Alessio Locatelli

Personal information
- Date of birth: 17 March 1978 (age 48)
- Place of birth: Milan, Italy
- Height: 1.90 m (6 ft 3 in)
- Position: Goalkeeper

Team information
- Current team: Lecco (GK coach)

Senior career*
- Years: Team / Apps / (Gls)
- 2004–2005: Pro Vercelli / 4 / (0)
- 2005–2007: Spezia / 1 / (0)
- 2008: Botev Plovdiv / 1 / (0)
- 2009: Sorrento / 0 / (0)
- 2011: Brindisi / 7 / (0)

Managerial career
- 2018–2019: Lecco (GK coach)
- 2019–2022: Pavia (GK coach)
- 2022–: Lecco (GK coach)

= Alessio Locatelli =

Italian footballer (born 1978)

Alessio Locatelli (born 17 March 1978) is an Italian football coach and a former goalkeeper.
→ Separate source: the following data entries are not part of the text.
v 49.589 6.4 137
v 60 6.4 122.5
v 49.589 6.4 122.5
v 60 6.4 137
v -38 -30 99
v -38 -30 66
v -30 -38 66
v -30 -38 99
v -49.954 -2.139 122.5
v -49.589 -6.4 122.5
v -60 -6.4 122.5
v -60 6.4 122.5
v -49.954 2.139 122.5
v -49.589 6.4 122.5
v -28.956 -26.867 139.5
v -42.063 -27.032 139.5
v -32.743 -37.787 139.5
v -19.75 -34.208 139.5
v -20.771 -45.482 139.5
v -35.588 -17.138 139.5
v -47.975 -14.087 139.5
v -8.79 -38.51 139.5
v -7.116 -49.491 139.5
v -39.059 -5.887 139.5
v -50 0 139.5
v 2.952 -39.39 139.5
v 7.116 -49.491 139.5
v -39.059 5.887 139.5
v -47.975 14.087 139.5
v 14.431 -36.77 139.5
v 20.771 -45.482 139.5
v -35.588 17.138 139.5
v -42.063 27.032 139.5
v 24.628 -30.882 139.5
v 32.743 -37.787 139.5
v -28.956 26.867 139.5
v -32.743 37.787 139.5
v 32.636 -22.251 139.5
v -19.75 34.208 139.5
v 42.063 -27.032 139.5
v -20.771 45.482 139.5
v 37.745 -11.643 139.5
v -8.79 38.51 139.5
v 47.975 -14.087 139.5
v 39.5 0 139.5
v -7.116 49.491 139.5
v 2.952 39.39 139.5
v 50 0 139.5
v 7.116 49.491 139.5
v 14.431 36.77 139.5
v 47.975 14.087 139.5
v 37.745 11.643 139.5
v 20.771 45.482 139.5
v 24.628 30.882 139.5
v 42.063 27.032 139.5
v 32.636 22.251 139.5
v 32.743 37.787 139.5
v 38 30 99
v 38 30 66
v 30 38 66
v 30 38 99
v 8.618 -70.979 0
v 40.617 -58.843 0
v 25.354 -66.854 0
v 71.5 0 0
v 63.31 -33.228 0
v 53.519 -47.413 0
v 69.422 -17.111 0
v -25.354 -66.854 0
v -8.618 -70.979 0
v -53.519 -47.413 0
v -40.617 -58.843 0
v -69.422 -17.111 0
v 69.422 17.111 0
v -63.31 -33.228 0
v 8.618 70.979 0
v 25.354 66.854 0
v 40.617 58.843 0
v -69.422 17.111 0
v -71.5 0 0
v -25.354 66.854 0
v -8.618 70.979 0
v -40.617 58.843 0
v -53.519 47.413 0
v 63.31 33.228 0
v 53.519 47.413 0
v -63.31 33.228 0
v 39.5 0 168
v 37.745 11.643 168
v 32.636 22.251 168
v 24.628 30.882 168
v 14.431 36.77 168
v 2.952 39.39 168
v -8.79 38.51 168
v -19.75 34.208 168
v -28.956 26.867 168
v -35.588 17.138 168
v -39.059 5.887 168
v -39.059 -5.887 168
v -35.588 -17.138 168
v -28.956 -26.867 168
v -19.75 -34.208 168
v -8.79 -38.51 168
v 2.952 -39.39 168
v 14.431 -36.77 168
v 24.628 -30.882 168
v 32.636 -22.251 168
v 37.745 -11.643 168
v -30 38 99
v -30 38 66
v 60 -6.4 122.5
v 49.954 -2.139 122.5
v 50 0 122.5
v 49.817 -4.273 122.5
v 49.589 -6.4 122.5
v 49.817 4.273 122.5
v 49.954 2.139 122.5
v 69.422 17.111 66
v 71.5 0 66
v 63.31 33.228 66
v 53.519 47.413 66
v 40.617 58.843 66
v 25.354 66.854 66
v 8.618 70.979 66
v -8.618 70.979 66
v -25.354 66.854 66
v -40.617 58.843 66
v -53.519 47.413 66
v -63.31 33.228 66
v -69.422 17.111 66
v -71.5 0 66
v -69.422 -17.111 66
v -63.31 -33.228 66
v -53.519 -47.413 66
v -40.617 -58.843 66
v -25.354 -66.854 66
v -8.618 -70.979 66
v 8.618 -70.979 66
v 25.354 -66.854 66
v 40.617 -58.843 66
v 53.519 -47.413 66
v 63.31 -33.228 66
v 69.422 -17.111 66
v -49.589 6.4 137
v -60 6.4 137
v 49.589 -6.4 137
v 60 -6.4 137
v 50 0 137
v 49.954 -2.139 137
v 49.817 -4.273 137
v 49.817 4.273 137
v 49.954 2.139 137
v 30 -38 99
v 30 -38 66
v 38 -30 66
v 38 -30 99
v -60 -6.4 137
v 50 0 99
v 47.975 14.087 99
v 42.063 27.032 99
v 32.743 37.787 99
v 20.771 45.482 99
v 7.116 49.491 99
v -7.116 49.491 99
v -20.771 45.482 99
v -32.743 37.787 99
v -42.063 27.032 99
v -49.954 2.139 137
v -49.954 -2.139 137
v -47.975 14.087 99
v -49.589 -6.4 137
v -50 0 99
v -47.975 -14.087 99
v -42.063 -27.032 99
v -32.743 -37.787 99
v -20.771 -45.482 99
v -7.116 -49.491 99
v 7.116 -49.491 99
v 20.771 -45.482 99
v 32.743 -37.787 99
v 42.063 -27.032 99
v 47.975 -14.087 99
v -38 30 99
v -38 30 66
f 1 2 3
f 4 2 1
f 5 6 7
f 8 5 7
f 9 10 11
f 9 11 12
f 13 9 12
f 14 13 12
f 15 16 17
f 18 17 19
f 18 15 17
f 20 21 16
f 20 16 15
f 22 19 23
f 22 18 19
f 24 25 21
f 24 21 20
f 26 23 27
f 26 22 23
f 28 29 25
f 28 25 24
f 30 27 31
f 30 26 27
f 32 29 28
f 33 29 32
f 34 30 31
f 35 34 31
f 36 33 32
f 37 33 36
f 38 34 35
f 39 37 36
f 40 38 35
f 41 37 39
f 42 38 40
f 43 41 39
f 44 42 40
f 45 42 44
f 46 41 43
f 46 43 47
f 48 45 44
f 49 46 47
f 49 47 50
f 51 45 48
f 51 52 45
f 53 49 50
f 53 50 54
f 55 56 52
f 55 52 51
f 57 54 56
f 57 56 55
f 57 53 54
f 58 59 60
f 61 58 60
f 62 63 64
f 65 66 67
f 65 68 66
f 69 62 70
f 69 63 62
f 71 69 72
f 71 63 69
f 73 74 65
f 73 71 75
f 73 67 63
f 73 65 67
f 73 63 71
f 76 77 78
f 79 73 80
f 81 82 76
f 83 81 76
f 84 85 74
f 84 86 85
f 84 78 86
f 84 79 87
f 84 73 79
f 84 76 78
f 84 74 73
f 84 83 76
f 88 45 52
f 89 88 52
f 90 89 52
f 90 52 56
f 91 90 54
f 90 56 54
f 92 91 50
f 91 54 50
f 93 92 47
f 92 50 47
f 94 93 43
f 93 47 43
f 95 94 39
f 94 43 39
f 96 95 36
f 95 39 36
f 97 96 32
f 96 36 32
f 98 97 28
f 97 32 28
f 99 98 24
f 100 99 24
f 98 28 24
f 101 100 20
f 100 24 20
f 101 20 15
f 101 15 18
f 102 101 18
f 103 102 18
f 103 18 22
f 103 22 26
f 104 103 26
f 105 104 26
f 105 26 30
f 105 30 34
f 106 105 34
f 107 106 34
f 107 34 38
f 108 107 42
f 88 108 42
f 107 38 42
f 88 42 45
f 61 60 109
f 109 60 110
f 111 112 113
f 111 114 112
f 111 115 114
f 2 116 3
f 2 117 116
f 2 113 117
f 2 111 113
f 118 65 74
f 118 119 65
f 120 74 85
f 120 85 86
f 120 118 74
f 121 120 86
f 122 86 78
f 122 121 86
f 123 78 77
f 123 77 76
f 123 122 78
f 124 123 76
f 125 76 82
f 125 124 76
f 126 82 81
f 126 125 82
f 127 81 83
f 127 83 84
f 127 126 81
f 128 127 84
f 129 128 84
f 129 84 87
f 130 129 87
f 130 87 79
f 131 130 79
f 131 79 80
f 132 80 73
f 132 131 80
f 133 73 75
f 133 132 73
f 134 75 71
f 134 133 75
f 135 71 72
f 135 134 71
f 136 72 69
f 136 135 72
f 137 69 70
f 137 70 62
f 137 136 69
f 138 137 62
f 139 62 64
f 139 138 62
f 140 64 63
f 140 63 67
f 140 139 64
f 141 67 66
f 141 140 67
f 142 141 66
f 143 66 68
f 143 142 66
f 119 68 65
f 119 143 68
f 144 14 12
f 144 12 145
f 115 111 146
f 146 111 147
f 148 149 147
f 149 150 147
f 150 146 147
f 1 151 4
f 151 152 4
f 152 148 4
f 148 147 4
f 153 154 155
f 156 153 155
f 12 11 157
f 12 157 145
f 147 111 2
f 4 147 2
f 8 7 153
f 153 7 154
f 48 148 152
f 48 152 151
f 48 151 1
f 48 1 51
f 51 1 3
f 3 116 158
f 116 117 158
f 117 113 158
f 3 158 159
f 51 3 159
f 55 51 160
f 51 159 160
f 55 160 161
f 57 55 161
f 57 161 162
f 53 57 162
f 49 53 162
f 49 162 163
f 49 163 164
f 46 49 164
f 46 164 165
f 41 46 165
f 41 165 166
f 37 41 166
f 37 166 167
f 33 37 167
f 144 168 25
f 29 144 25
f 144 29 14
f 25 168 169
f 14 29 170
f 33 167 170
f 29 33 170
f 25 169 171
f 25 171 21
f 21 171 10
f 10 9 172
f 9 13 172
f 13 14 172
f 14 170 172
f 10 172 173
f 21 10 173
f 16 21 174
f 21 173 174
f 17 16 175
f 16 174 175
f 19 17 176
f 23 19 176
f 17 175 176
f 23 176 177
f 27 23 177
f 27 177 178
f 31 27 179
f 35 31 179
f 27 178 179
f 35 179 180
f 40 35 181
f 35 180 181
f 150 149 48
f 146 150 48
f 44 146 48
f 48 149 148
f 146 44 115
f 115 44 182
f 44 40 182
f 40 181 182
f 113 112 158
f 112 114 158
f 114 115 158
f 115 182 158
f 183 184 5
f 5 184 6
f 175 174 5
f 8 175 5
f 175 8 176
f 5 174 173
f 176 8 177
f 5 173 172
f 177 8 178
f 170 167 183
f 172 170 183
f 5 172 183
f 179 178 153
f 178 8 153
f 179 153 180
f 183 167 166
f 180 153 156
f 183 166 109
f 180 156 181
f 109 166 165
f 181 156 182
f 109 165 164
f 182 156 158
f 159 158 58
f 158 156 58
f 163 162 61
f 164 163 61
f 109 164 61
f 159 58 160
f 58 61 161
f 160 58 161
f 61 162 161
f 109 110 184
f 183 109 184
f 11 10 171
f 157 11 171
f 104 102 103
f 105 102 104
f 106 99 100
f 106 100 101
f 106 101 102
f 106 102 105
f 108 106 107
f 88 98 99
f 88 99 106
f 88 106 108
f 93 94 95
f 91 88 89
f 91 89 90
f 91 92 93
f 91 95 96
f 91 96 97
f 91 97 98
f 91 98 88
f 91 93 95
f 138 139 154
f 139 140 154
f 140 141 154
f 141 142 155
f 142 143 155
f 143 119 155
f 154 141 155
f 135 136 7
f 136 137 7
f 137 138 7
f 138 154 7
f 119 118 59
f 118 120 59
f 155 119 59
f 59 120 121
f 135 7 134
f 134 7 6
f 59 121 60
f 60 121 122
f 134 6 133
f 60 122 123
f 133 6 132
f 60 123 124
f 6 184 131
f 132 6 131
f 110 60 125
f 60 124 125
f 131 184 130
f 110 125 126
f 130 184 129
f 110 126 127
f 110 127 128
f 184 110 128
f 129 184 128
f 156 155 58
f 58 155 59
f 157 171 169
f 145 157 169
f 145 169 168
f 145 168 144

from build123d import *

# Parameters (mm, degrees)
F0_W     = 71.5
F0_H     = 66
F3_DEPTH = 33
F4_R     = 50
F5_DEPTH = 40.5
F6_R     = 39.5
F7_DEPTH = 28.5
F8_W     = 12.8
F8_H     = 14.5
F9_DEPTH = 60


with BuildPart() as f1:
    # F0 (on Front) → F1 (revolve)
    with BuildSketch(Plane.XZ):
        with Locations((35.75, 33)):
            Rectangle(F0_W, F0_H)
    revolve(axis=Axis((0, 0, 33), (0, 0, 1)))

    # F2 (on face) → F3 (join)
    with BuildSketch(Plane.XY.offset(66)):
        Polygon((38, 30), (30, 38), (-30, 38), (-38, 30), (-38, -30), (-30, -38), (30, -38), (38, -30), align=None)
    extrude(amount=F3_DEPTH)

    # F4 (on face) → F5 (join)
    with BuildSketch(Plane.XY.offset(99)):
        Circle(F4_R)
        Polygon((30, 38), (38, 30), (38, -30), (30, -38), (-30, -38), (-38, -30), (-38, 30), (-30, 38), align=None, mode=Mode.SUBTRACT)
        Polygon((38, -30), (38, 30), (30, 38), (-30, 38), (-38, 30), (-38, -30), (-30, -38), (30, -38), align=None)
    extrude(amount=F5_DEPTH)

    # F6 (on face) → F7 (join)
    with BuildSketch(Plane.XY.offset(139.5)):
        Circle(F6_R)
    extrude(amount=F7_DEPTH)

    # F8 (on Right) → F9 (join, symmetric)
    with BuildSketch(Plane.YZ):
        with Locations((0, 129.75)):
            Rectangle(F8_W, F8_H)
    extrude(amount=F9_DEPTH, both=True)


solid = f1.part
He is the goalkeeping coach at Lecco. Amongst the teams he played for are Pro Vercelli, Spezia Calcio and Botev.

==Career==
Locatelli signed with Botev for three years on 24 November 2008, but was quickly released for free for poor performances. He was given the №30 shirt. On 2 February 2009, he joined Sorrento along with Hodža.